I knocked out a prototype CUDAPM1 standalone translator since posting the draft. It's terribly memory inefficient and probably runtime too, but has the right number of bytes in the output and looks right to me and is doing LSB first. Rewrite coming up. The exercise has provided a useful "look under the hood" of the CUDAPm1 checkpoint storage format.

Your commentary is exactly the sort of feedback I was looking for. Thanks Ernst.

2018-06-10, 14:25   #9
kriesel

"TF79LL86GIMPS96gpu17"
Mar 2017
US midwest

10010111010102 Posts

Quote:
 Originally Posted by preda I see two distinct ways to identify the field: one is the line number ("third line"), and the other is the name of the field ("Type"). I think we should settle for one or the other. (my preference would be for field-ids (being explicit), not line position). (If the line position is used, then no field-id should be included). I'll give it more thought.
A little redundancy is a good thing.
1) If there is no redundancy in a format, errors could go undetected.
2) Fixed position means there's no need to search for type. We know where to find it.
3) Unlikely, but if there isn't well-formed type information and nothing else in record three, the file was probably written or transmitted incorrectly.

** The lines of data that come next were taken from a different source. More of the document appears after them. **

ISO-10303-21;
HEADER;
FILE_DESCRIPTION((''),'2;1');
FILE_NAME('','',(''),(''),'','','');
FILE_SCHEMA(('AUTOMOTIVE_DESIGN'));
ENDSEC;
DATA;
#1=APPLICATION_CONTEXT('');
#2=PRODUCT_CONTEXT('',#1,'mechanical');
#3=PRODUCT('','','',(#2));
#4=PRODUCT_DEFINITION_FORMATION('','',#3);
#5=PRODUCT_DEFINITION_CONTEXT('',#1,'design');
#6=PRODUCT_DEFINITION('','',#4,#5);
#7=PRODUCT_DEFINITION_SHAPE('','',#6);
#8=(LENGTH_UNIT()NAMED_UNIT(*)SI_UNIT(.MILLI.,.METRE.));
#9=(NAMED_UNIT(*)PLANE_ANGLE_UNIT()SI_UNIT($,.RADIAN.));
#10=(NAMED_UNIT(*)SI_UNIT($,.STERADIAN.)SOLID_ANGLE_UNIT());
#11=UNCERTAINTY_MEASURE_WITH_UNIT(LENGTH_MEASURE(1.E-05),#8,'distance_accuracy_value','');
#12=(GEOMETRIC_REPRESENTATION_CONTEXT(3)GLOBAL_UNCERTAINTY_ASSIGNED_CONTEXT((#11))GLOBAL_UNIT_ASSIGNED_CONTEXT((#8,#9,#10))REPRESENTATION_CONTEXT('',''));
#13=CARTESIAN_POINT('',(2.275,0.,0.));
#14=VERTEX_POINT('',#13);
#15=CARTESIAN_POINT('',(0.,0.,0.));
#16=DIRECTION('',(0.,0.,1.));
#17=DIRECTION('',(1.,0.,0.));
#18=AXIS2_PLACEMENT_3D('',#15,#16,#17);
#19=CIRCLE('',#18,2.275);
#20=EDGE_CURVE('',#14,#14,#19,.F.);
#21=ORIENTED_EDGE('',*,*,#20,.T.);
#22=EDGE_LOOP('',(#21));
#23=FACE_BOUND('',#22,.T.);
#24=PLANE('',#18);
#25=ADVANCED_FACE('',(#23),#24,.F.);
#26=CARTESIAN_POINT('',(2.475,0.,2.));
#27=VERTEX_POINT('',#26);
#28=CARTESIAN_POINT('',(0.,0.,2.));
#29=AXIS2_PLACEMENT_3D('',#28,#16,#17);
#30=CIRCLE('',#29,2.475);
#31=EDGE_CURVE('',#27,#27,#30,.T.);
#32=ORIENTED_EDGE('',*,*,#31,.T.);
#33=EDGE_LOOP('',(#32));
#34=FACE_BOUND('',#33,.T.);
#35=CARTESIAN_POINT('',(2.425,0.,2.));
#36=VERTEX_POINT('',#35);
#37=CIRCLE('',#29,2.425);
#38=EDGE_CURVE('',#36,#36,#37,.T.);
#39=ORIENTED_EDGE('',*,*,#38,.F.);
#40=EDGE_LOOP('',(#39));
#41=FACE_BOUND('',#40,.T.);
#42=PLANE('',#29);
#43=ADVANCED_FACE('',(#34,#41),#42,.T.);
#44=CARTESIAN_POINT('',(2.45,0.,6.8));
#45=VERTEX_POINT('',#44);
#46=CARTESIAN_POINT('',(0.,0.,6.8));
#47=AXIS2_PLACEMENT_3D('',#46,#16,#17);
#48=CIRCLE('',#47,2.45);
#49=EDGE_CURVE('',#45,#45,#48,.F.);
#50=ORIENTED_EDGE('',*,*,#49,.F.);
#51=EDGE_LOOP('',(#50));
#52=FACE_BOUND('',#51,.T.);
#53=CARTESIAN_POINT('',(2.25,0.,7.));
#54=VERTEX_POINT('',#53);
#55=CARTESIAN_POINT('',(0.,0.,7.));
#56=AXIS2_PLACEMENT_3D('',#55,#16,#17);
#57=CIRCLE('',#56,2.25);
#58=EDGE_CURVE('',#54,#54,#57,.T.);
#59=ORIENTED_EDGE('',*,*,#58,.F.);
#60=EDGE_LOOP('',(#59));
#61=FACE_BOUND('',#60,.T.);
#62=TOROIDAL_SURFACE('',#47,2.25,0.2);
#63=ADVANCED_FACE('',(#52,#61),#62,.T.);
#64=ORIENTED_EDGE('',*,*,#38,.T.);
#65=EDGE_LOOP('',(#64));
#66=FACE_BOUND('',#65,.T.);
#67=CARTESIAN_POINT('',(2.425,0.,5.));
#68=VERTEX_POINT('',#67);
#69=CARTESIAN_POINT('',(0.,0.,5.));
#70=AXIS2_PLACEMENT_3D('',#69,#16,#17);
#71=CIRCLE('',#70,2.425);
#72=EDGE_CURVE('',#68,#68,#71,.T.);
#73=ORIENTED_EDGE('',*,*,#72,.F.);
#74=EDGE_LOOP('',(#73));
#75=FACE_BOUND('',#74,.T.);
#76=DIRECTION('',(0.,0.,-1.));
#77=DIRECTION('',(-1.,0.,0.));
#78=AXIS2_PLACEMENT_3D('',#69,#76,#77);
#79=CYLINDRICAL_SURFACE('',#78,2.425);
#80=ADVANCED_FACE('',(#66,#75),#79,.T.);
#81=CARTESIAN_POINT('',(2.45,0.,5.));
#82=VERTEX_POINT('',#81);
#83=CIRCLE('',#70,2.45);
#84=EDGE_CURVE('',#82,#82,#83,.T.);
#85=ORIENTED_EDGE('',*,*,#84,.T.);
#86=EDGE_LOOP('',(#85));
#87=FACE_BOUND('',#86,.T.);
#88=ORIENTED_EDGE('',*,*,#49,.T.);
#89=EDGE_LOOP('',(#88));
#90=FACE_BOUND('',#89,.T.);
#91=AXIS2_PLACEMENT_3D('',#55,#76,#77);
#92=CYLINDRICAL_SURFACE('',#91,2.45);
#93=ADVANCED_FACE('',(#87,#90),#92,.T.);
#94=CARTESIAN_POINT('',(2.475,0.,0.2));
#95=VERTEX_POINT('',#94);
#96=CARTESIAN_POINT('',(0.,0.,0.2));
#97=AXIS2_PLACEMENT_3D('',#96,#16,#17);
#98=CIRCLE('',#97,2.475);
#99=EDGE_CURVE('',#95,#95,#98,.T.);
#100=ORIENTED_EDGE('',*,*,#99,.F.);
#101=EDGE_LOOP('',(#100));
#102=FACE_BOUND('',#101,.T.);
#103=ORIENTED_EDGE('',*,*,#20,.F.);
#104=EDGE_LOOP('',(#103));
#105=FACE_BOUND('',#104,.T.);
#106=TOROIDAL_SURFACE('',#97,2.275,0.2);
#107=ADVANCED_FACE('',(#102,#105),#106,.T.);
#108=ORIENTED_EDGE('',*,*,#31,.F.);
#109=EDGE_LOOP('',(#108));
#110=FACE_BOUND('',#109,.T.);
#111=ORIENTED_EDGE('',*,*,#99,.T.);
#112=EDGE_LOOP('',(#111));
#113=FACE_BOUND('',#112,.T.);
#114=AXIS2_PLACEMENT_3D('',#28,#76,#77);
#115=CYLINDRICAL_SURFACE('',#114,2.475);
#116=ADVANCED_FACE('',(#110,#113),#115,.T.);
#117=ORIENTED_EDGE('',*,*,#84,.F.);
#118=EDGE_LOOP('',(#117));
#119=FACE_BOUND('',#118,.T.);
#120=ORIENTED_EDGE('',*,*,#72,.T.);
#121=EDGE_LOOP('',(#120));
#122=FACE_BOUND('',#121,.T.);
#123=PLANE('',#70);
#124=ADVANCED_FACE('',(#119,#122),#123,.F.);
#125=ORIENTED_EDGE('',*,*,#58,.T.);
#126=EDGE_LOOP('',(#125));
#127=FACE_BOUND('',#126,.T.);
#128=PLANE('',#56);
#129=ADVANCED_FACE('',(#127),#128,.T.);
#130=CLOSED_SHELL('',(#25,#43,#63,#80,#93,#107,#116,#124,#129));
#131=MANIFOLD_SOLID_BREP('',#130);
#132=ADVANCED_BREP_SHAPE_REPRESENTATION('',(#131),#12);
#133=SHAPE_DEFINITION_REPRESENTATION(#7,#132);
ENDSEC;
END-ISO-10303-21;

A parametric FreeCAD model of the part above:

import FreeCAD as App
import Part
import Sketcher

V = App.Vector
Q = App.Units.Quantity


def edges_at(feature, points):
    """Names of the edges that pass closest to the given points."""
    edges = feature.Shape.Edges
    near = lambda p: min(range(len(edges)), key=lambda i: edges[i].distToShape(Part.Vertex(*p))[0])
    return sorted({f"Edge{near(p) + 1}" for p in points})

doc = App.newDocument("Part")
body = doc.addObject("PartDesign::Body", "Body")

# Sketch on XY plane
sketch1 = body.newObject("Sketcher::SketchObject", "Sketch")
sketch1.AttachmentSupport = (doc.getObject("XY_Plane"), [""])
sketch1.MapMode = "FlatFace"
sketch1.addGeometry(Part.Circle(V(0, 0, 0), V(0, 0, 1), 2.475), False)
sketch1.addConstraint([
    Sketcher.Constraint("Coincident", 0, 3, -1, 1),
    Sketcher.Constraint("Diameter", 0, Q("4.95 mm")),
])
pad1 = body.newObject("PartDesign::Pad", "Pad")
pad1.Profile = sketch1
pad1.Length = 2

# Sketch on XY plane
sketch2 = body.newObject("Sketcher::SketchObject", "Sketch001")
sketch2.AttachmentSupport = (doc.getObject("XY_Plane"), [""])
sketch2.MapMode = "FlatFace"
sketch2.AttachmentOffset = App.Placement(V(0, 0, 2), App.Rotation())
sketch2.addGeometry(Part.Circle(V(0, 0, 0), V(0, 0, 1), 2.425), False)
sketch2.addConstraint([
    Sketcher.Constraint("Coincident", 0, 3, -1, 1),
    Sketcher.Constraint("Diameter", 0, Q("4.85 mm")),
])
pad2 = body.newObject("PartDesign::Pad", "Pad001")
pad2.Profile = sketch2
pad2.Length = 3

# Sketch on XY plane
sketch3 = body.newObject("Sketcher::SketchObject", "Sketch002")
sketch3.AttachmentSupport = (doc.getObject("XY_Plane"), [""])
sketch3.MapMode = "FlatFace"
sketch3.AttachmentOffset = App.Placement(V(0, 0, 5), App.Rotation())
sketch3.addGeometry(Part.Circle(V(0, 0, 0), V(0, 0, 1), 2.45), False)
sketch3.addConstraint([
    Sketcher.Constraint("Coincident", 0, 3, -1, 1),
    Sketcher.Constraint("Diameter", 0, Q("4.9 mm")),
])
pad3 = body.newObject("PartDesign::Pad", "Pad002")
pad3.Profile = sketch3
pad3.Length = 2
doc.recompute()

fillet = body.newObject("PartDesign::Fillet", "Fillet")
fillet.Base = (pad3, edges_at(pad3, [(-2.475, 0, 0), (-2.45, 0, 7)]))
fillet.Radius = 0.2

doc.recompute()
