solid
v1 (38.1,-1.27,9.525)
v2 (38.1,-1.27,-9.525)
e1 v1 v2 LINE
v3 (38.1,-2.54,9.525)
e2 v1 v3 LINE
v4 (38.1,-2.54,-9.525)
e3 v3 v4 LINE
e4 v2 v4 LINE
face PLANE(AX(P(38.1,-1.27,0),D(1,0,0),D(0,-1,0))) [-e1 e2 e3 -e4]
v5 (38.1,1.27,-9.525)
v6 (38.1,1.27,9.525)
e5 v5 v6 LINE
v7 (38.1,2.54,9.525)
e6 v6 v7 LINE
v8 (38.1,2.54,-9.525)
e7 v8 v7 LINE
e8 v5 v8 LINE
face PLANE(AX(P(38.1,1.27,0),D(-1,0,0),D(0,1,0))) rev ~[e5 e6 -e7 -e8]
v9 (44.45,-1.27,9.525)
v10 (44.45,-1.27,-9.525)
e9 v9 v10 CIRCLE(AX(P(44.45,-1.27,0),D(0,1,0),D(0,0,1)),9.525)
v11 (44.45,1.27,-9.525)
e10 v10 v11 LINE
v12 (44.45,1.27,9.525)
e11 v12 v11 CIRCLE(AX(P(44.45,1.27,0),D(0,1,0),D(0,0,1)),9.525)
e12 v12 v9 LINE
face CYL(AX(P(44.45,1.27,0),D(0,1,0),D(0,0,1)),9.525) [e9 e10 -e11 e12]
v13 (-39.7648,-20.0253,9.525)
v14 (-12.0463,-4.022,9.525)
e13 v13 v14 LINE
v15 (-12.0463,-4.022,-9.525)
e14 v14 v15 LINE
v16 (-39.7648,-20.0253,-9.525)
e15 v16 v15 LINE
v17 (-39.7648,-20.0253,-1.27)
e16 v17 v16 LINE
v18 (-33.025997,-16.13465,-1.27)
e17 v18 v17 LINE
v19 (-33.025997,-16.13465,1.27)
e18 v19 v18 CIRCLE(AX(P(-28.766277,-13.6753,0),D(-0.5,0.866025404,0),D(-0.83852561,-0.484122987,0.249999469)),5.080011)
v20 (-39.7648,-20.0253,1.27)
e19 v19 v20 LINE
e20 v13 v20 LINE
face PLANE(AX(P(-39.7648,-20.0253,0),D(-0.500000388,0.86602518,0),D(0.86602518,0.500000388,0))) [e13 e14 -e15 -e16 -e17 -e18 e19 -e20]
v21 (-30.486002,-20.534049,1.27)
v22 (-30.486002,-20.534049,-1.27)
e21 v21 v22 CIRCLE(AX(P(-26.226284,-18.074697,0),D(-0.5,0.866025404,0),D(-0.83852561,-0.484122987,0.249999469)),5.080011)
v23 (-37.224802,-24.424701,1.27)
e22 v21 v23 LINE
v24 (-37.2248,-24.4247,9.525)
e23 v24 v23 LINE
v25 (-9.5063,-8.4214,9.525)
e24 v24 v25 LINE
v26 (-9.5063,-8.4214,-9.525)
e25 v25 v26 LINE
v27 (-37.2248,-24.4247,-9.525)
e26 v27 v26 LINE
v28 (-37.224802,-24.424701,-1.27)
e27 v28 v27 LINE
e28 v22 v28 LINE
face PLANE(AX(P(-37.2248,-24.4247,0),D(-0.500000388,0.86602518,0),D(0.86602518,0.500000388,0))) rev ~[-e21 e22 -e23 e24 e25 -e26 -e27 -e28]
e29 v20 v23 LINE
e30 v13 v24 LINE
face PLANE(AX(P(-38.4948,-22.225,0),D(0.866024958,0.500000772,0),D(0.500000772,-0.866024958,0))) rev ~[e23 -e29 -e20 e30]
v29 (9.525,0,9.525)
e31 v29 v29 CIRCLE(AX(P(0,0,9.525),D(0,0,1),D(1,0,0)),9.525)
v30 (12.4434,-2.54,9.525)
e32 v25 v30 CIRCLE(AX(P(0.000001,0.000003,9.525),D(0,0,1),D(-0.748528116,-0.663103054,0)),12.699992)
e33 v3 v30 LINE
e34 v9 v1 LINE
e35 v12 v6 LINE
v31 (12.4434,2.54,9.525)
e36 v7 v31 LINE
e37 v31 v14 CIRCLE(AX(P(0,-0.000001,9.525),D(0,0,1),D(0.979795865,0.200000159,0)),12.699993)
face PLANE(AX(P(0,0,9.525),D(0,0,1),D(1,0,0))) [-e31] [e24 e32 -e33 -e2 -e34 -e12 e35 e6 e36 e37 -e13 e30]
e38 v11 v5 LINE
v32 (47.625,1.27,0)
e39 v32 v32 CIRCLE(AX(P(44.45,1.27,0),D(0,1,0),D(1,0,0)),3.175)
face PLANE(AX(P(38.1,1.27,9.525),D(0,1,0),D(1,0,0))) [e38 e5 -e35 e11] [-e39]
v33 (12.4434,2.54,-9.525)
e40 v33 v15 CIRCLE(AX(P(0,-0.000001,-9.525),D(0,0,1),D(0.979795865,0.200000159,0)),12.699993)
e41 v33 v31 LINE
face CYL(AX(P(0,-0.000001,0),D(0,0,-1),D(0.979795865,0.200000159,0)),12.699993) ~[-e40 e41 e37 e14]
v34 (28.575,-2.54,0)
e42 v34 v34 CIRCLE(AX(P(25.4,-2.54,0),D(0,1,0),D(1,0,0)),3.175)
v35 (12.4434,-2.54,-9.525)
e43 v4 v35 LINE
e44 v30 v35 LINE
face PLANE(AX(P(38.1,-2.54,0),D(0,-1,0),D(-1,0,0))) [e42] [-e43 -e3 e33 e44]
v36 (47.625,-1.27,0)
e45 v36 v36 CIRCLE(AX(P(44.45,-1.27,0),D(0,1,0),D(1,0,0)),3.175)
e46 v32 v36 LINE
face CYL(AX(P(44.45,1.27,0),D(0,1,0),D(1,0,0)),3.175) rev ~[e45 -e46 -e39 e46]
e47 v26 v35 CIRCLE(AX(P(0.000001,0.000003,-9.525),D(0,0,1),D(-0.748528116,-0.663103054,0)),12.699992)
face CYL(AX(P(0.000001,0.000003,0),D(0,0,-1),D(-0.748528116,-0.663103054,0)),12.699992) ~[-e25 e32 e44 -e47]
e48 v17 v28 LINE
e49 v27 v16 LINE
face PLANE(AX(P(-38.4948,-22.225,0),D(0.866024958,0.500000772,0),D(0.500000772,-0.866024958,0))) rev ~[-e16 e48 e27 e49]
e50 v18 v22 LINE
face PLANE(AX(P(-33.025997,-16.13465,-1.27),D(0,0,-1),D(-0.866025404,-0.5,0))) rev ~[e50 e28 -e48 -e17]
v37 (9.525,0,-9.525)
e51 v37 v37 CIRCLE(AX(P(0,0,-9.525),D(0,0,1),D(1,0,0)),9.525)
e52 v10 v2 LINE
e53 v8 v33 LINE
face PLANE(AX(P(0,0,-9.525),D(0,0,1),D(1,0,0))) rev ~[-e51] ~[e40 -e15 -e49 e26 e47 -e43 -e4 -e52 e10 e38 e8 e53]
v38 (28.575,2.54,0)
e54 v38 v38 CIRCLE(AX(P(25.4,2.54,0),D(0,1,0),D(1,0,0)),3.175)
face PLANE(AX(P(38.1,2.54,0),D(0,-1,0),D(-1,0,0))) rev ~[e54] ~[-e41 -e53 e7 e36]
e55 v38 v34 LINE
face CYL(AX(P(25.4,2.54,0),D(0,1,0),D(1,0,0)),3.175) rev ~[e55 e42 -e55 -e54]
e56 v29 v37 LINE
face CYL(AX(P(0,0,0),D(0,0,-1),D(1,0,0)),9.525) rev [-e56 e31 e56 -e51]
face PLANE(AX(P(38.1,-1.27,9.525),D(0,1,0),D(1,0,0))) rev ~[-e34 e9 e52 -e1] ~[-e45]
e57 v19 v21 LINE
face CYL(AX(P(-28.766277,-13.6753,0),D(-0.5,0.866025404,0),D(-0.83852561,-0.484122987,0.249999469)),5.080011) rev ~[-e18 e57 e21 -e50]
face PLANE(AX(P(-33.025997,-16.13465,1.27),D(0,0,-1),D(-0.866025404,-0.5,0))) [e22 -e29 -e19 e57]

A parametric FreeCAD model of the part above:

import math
import FreeCAD as App
import Part
import Sketcher
from FreeCAD import Vector
Q = App.Units.Quantity

doc = App.newDocument("Part")
body = doc.addObject("PartDesign::Body", "Body")

# Sketch on XY plane
sketch1 = doc.addObject("Sketcher::SketchObject", "Sketch")
body.addObject(sketch1)
sketch1.AttachmentSupport = (doc.XY_Plane, [""])
sketch1.MapMode = "FlatFace"
sketch1.addGeometry([
    Part.LineSegment(Vector(44.5, 1.3, 0), Vector(38.1, 1.3, 0)),  # 0
    Part.LineSegment(Vector(38.1, 1.3, 0), Vector(38.1, 2.5, 0)),  # 1
    Part.LineSegment(Vector(38.1, 2.5, 0), Vector(12.4, 2.5, 0)),  # 2
    Part.ArcOfCircle(Part.Circle(Vector(0, 0, 0), Vector(0, 0, 1), 12.7), math.radians(12), math.radians(198)),  # 3
    Part.LineSegment(Vector(-12, -4, 0), Vector(-39.8, -20, 0)),  # 4
    Part.LineSegment(Vector(-39.8, -20, 0), Vector(-37.2, -24.4, 0)),  # 5
    Part.LineSegment(Vector(-37.2, -24.4, 0), Vector(-9.5, -8.4, 0)),  # 6
    Part.ArcOfCircle(Part.Circle(Vector(0, 0, 0), Vector(0, 0, 1), 12.7), math.radians(-138), math.radians(-12)),  # 7
    Part.LineSegment(Vector(12.4, -2.5, 0), Vector(38.1, -2.5, 0)),  # 8
    Part.LineSegment(Vector(38.1, -2.5, 0), Vector(38.1, -1.3, 0)),  # 9
    Part.LineSegment(Vector(38.1, -1.3, 0), Vector(44.5, -1.3, 0)),  # 10
    Part.LineSegment(Vector(44.5, -1.3, 0), Vector(44.5, 1.3, 0)),  # 11
    Part.Circle(Vector(0, 0, 0), Vector(0, 0, 1), 9.5),  # 12
], False)
sketch1.addConstraint([
    Sketcher.Constraint("Coincident", 0, 2, 1, 1),
    Sketcher.Constraint("Coincident", 1, 2, 2, 1),
    Sketcher.Constraint("Coincident", 2, 2, 3, 1),
    Sketcher.Constraint("Coincident", 3, 2, 4, 1),
    Sketcher.Constraint("Coincident", 4, 2, 5, 1),
    Sketcher.Constraint("Coincident", 5, 2, 6, 1),
    Sketcher.Constraint("Coincident", 6, 2, 7, 1),
    Sketcher.Constraint("Coincident", 7, 2, 8, 1),
    Sketcher.Constraint("Coincident", 8, 2, 9, 1),
    Sketcher.Constraint("Coincident", 9, 2, 10, 1),
    Sketcher.Constraint("Coincident", 10, 2, 11, 1),
    Sketcher.Constraint("Coincident", 11, 2, 0, 1),
    Sketcher.Constraint("Horizontal", 0),
    Sketcher.Constraint("Vertical", 1),
    Sketcher.Constraint("Horizontal", 2),
    Sketcher.Constraint("Horizontal", 8),
    Sketcher.Constraint("Vertical", 9),
    Sketcher.Constraint("Horizontal", 10),
    Sketcher.Constraint("Vertical", 11),
    Sketcher.Constraint("Coincident", 3, 3, -1, 1),
    Sketcher.Constraint("Coincident", 7, 3, -1, 1),
    Sketcher.Constraint("Coincident", 12, 3, -1, 1),
    Sketcher.Constraint("Equal", 3, 7),
    Sketcher.Constraint("Symmetric", 1, 2, 8, 2, -1),
    Sketcher.Constraint("Perpendicular", 4, 5),
    Sketcher.Constraint("Perpendicular", 5, 6),
    Sketcher.Constraint("Equal", 1, 9),
    Sketcher.Constraint("Equal", 4, 6),
    Sketcher.Constraint("Radius", 3, Q("0.5 in")),
    Sketcher.Constraint("Diameter", 12, Q("0.75 in")),
    Sketcher.Constraint("DistanceY", 11, 1, 11, 2, Q("0.1 in")),
    Sketcher.Constraint("DistanceX", 0, 2, 0, 1, Q("0.25 in")),
    Sketcher.Constraint("DistanceY", 1, 1, 1, 2, Q("0.05 in")),
    Sketcher.Constraint("DistanceX", -1, 1, 0, 2, Q("1.5 in")),
    Sketcher.Constraint("DistanceX", 4, 2, 5, 2, Q("0.1 in")),
    Sketcher.Constraint("Angle", 4, Q("-150 deg")),
    Sketcher.Constraint("Distance", 4, Q("1.2601 in")),
])
pad1 = doc.addObject("PartDesign::Pad", "Pad")
body.addObject(pad1)
pad1.Profile = sketch1
pad1.Length = Q("0.75 in")
pad1.Midplane = True

# Sketch on XZ plane
sketch2 = doc.addObject("Sketcher::SketchObject", "Sketch001")
body.addObject(sketch2)
sketch2.AttachmentSupport = (doc.XZ_Plane, [""])
sketch2.MapMode = "FlatFace"
sketch2.AttachmentOffset = App.Placement(Vector(0, 0, -0.05 * 25.4), App.Rotation())
sketch2.addGeometry([
    Part.LineSegment(Vector(44, -10, 0), Vector(44, 10, 0)),
    Part.ArcOfCircle(Part.Circle(Vector(44, 0, 0), Vector(0, 0, 1), 10), math.radians(-90), math.radians(90)),
], False)
sketch2.addConstraint([
    Sketcher.Constraint("Coincident", 0, 1, 1, 1),
    Sketcher.Constraint("Coincident", 1, 2, 0, 2),
    Sketcher.Constraint("Vertical", 0),
    Sketcher.Constraint("PointOnObject", 1, 3, -1),
    Sketcher.Constraint("Vertical", 1, 3, 0, 1),
    Sketcher.Constraint("Radius", 1, Q("0.375 in")),
    Sketcher.Constraint("DistanceX", -1, 1, 1, 3, Q("1.75 in")),
])
pad2 = doc.addObject("PartDesign::Pad", "Pad001")
body.addObject(pad2)
pad2.Profile = sketch2
pad2.Length = Q("0.1 in")

# Sketch on XZ plane
sketch3 = doc.addObject("Sketcher::SketchObject", "Sketch002")
body.addObject(sketch3)
sketch3.AttachmentSupport = (doc.XZ_Plane, [""])
sketch3.MapMode = "FlatFace"
sketch3.AttachmentOffset = App.Placement(Vector(0, 0, -0.05 * 25.4), App.Rotation())
sketch3.addGeometry(Part.Circle(Vector(44.5, 0, 0), Vector(0, 0, 1), 3.2), False)
sketch3.addConstraint([
    Sketcher.Constraint("PointOnObject", 0, 3, -1),
    Sketcher.Constraint("Diameter", 0, Q("0.25 in")),
    Sketcher.Constraint("DistanceX", -1, 1, 0, 3, Q("1.75 in")),
])
pocket1 = doc.addObject("PartDesign::Pocket", "Pocket")
body.addObject(pocket1)
pocket1.Profile = sketch3
pocket1.Type = "ThroughAll"
pocket1.Reversed = True

# Sketch on XZ plane
sketch4 = doc.addObject("Sketcher::SketchObject", "Sketch003")
body.addObject(sketch4)
sketch4.AttachmentSupport = (doc.XZ_Plane, [""])
sketch4.MapMode = "FlatFace"
sketch4.AttachmentOffset = App.Placement(Vector(0, 0, -0.1 * 25.4), App.Rotation())
sketch4.addGeometry(Part.Circle(Vector(25.4, 0, 0), Vector(0, 0, 1), 3.2), False)
sketch4.addConstraint([
    Sketcher.Constraint("PointOnObject", 0, 3, -1),
    Sketcher.Constraint("Diameter", 0, Q("0.25 in")),
    Sketcher.Constraint("DistanceX", -1, 1, 0, 3, Q("1 in")),
])
pocket2 = doc.addObject("PartDesign::Pocket", "Pocket001")
body.addObject(pocket2)
pocket2.Profile = sketch4
pocket2.Type = "ThroughAll"
pocket2.Reversed = True

# Sketch on an angled plane
sketch5 = doc.addObject("Sketcher::SketchObject", "Sketch004")
body.addObject(sketch5)
sketch5.Placement = App.Placement(Vector(-39.7648, -20.0253, 9.525), App.Rotation(Vector(0.866025404, 0.5, 0), Vector(0, 0, -1), Vector(-0.5, 0.866025404, 0), "ZXY"))
sketch5.addGeometry([
    Part.LineSegment(Vector(0, 8.3, 0), Vector(7.8, 8.3, 0)),
    Part.ArcOfCircle(Part.Circle(Vector(12.7, 9.5, 0), Vector(0, 0, 1), 5.1), math.radians(-166), math.radians(166)),
    Part.LineSegment(Vector(7.8, 10.8, 0), Vector(0, 10.8, 0)),
    Part.LineSegment(Vector(0, 10.8, 0), Vector(0, 8.3, 0)),
], False)
sketch5.addConstraint([
    Sketcher.Constraint("Coincident", 0, 2, 1, 1),
    Sketcher.Constraint("Coincident", 1, 2, 2, 1),
    Sketcher.Constraint("Coincident", 2, 2, 3, 1),
    Sketcher.Constraint("Coincident", 3, 2, 0, 1),
    Sketcher.Constraint("Horizontal", 0),
    Sketcher.Constraint("Horizontal", 2),
    Sketcher.Constraint("Vertical", 3),
    Sketcher.Constraint("PointOnObject", 2, 2, -2),
    Sketcher.Constraint("Vertical", 0, 2, 1, 2),
    Sketcher.Constraint("Radius", 1, Q("0.2 in")),
    Sketcher.Constraint("DistanceX", -1, 1, 1, 3, Q("0.5 in")),
    Sketcher.Constraint("DistanceY", 3, 2, 3, 1, Q("0.1 in")),
    Sketcher.Constraint("DistanceY", -1, 1, 1, 3, Q("0.375 in")),
])
pocket3 = doc.addObject("PartDesign::Pocket", "Pocket002")
body.addObject(pocket3)
pocket3.Profile = sketch5
pocket3.Type = "ThroughAll"

doc.recompute()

Having the type record early in the file is useful I think. It tells how to interpret the rest.

Flexibility is also a good thing. The type-specific header items are not all specified as to position. They may have no benefit of a particular type of ordering, as far as programs go.

In the header, a convention on ordering, and clear labeling, I think makes it more user friendly and readable. Having a familiar stable ordering makes it easier to see if something is missing or mangled. For a CUDAPm1 export translator, I used an ordering the same in most respects as the sequential storage of the data in the checkpoint file. That would be convenient for the program authors.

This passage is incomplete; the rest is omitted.